Just to illustrate what I mean. Consider a web-shop (like
amazon.com :)). In this kind of shops there is usually a "shopping
basket" where each customer can put goods that he would like to buy.
He could also check the basket and remove unnecessary items. So, this
data is written as often as read. It has a simple structure (just a
list of goods identifiers, possibly). And it is invalidated once the
visitor checks out the order or leaves the site. So it is an example
of "temporary" information in the system.
Permanent data is data which is read often, but is written seldom. Its
volume is high and the lifetime is high (for some applications,
preferably, infinite). It can have very complex structure and it is a
subject to relational operations. Because of the requirements it is
commonly stored in a relational database.
In the web-shop example there exists large amount of information about
the goods being traded as well as the information about the purchases
and the supplies for the back-end. This information has complex
relational structure. It is read much more often than written, e.g.
customers viewing the catalog more often than the administration
updates it. So this is "permanent" data.

It is interesting for me whether the State can handle this kind of
data at least as efficient and reliable as a database? I would guess
that not, just because of a dramatic difference in man-hours spent on
the State and, say, MySQL. But, let's hear what you say.

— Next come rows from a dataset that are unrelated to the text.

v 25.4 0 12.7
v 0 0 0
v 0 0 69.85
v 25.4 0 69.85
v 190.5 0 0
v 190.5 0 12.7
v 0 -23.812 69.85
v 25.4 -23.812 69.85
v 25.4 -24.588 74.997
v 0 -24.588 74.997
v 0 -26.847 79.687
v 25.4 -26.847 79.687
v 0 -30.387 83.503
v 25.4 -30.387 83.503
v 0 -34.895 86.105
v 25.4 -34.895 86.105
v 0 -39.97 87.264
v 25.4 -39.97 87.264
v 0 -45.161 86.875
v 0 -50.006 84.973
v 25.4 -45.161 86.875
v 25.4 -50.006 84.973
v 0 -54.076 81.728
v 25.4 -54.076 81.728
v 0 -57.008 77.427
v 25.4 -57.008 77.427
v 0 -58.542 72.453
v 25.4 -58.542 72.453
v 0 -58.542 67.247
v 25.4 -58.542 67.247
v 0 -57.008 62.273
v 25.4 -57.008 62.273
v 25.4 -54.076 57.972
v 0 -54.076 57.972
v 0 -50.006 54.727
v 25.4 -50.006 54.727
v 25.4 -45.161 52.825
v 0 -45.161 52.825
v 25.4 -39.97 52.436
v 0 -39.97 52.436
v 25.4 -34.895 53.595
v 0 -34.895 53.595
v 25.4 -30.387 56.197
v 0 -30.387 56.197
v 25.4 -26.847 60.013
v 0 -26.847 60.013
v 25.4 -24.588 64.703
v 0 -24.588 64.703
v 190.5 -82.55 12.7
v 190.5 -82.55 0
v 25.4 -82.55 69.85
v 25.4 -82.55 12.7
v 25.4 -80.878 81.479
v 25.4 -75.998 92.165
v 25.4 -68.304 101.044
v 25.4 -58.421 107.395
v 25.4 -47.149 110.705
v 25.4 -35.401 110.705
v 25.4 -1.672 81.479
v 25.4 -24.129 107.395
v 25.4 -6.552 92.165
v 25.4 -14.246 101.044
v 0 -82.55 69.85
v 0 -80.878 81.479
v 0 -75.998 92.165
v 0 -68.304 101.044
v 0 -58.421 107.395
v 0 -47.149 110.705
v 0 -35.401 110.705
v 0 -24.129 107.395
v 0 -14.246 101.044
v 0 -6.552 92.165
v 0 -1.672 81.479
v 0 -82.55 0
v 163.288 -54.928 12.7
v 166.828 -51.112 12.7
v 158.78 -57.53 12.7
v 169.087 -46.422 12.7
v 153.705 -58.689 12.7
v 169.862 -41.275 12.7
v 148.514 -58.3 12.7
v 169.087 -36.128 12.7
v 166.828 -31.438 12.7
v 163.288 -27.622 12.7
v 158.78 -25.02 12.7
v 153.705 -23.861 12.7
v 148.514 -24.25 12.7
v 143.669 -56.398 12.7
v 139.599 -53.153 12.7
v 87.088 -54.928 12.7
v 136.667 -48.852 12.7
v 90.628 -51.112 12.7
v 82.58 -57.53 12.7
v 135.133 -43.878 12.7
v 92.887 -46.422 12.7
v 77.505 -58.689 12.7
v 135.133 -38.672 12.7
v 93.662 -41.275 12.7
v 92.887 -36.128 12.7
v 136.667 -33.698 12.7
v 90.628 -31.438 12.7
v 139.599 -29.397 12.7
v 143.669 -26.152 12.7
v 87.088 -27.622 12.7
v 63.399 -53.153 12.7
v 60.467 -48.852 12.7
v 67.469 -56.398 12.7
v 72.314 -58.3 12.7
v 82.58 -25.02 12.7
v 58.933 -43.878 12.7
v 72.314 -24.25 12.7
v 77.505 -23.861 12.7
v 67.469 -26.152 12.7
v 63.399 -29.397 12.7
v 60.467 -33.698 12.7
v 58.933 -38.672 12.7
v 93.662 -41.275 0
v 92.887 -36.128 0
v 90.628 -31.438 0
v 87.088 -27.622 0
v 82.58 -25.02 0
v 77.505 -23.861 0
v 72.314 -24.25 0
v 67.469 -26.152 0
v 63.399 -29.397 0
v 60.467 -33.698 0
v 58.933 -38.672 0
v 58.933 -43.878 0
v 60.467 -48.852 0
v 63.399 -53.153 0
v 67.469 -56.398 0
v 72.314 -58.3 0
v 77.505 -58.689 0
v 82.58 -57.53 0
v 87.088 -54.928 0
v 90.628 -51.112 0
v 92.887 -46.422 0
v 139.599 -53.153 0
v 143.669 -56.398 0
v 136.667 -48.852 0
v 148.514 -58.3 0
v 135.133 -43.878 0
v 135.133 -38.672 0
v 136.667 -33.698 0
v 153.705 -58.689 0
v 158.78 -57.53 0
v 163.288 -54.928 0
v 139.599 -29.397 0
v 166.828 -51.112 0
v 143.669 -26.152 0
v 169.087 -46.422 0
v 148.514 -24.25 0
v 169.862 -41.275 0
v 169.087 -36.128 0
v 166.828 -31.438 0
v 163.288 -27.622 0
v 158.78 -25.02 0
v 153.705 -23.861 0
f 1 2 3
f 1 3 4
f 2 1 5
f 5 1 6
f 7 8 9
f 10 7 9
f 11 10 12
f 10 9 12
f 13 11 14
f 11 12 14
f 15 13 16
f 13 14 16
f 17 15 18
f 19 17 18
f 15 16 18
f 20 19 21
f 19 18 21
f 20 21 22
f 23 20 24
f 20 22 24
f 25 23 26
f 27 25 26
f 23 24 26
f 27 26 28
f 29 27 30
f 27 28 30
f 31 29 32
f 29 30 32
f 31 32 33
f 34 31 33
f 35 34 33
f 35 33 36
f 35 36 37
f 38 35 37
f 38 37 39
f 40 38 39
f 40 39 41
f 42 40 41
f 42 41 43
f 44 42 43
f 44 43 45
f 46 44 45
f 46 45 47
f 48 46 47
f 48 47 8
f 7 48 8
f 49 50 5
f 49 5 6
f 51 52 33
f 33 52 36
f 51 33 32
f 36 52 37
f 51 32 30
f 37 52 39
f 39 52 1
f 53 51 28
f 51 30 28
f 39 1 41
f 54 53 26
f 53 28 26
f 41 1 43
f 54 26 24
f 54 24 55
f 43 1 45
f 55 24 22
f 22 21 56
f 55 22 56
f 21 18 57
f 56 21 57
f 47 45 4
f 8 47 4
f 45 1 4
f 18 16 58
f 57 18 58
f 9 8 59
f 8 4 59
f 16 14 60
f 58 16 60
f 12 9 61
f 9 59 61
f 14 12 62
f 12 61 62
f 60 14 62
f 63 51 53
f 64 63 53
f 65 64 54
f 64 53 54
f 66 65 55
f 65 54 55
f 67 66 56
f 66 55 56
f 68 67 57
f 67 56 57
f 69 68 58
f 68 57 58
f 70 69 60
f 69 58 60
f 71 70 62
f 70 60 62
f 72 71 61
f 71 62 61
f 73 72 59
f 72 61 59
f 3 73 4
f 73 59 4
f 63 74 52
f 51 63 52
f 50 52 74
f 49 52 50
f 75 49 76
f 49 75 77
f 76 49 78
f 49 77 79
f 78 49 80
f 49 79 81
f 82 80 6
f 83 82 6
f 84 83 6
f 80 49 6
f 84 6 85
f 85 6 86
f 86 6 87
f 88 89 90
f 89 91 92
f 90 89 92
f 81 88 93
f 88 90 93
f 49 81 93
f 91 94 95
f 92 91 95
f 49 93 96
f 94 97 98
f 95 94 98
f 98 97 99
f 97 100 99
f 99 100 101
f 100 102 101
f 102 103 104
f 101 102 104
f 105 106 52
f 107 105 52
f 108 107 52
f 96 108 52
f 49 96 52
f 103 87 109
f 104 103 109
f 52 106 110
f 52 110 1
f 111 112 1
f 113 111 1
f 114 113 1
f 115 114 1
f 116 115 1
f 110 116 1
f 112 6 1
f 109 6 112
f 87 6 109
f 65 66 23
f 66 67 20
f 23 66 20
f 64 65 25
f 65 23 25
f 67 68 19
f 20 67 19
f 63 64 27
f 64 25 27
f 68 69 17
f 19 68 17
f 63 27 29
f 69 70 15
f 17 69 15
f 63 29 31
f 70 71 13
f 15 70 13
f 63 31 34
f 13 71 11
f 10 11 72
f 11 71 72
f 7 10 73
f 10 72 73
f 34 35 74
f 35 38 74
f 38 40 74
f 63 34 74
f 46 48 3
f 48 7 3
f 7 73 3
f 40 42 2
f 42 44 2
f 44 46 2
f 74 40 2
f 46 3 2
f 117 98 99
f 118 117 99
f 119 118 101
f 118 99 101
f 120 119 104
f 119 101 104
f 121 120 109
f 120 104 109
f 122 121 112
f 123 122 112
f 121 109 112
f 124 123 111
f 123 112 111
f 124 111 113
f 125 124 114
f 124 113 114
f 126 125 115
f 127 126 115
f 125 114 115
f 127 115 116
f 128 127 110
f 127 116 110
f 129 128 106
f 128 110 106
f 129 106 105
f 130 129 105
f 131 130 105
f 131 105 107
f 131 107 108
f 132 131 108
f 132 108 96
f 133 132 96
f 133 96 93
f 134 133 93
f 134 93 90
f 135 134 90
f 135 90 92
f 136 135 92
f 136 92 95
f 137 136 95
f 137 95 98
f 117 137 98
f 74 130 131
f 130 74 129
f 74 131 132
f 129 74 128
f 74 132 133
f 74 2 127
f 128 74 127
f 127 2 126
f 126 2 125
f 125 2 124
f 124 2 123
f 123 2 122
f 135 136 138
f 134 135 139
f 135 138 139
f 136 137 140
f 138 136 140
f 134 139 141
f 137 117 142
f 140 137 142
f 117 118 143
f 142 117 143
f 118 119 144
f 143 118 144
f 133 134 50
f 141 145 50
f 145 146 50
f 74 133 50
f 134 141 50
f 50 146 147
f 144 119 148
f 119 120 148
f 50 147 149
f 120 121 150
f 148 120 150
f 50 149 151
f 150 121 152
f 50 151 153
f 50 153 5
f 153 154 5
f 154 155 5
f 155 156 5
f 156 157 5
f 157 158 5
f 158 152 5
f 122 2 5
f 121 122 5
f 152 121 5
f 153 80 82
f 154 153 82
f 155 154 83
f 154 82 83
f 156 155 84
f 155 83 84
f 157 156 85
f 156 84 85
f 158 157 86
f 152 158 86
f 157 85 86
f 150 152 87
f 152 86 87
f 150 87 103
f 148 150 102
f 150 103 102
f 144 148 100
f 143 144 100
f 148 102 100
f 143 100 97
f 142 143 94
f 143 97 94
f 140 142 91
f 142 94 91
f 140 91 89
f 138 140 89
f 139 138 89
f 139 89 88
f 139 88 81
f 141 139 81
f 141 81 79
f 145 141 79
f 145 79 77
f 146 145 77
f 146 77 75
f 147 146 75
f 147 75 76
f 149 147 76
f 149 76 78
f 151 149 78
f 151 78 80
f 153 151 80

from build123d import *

# Parameters (mm, degrees)
F1_DEPTH = 82.55
F2_R     = 17.4625
F3_DEPTH = 25.401
F4_R     = 17.4625
F5_DEPTH = 12.701


with BuildPart() as f1:
    # F0 (on Front) → F1 (new body)
    with BuildSketch(Plane.XZ):
        Polygon((0, 127), (0, 0), (190.5, 0), (190.5, 12.7), (25.4, 12.7), (25.4, 127), align=None)
    extrude(amount=F1_DEPTH)

    # F2 (on face) → F3 (cut, through all)
    with BuildSketch(Plane.YZ.offset(25.4)):
        with Locations((-41.275, 69.85)):
            Circle(F2_R)
        with BuildLine():
            ThreePointArc((-82.55, 69.85), (-41.275, 111.125), (0, 69.85))
            Line((0, 69.85), (0, 127))
            Line((0, 127), (-82.55, 127))
            Line((-82.55, 127), (-82.55, 69.85))
        make_face()
    extrude(amount=-F3_DEPTH, mode=Mode.SUBTRACT)

    # F4 (on face) → F5 (cut, through all)
    with BuildSketch(Plane.XY.offset(12.7)):
        with Locations((152.4, -41.275)):
            Circle(F4_R)
        with Locations((76.2, -41.275)):
            Circle(F4_R)
    extrude(amount=-F5_DEPTH, mode=Mode.SUBTRACT)


solid = f1.part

Additionally, it seems that because of the multimaster replication
mechanism we need to distinguish the computations that just read the
state from the computations that both read and write it. And, as far
as I get it, distinguishing should be done on the application level.
Now I wonder if it is possible to design an algorithm that wouldn't
require the application programmers to distinguish reading
computations from writing. I might be completely wrong here, so,
please, explain.

What is the design motivation behind the current type of the
ServerPart that doesn't seem to be a good candidate for using monad
transformers?

Another thing that I'm desperately trying to grasp is the "high
purpose" of HAppS. I guess, you have a clear vision of what HAppS is
and what it is not. And also, what would HAppS 1.0 feature. So, I
would like to understand it. Probably, it would be a good idea to
write somethings about HAppS that is more specific than "a framework
for developing Internet services quickly, deploying them easily,
scaling them massively, and managing them ziplessly". This all sounds
too vague and I just don't see how could it be done. This would really
help me and another 100 subscribers, who are watching, but not
commenting, to understand whether HAppS is something worth of waiting
for and, as in my case, contributing to.

If you think some of these questions have been answered somewhere,
please, excuse me and give a link. I might have easily missed the
answers in the tons of loosely structured info.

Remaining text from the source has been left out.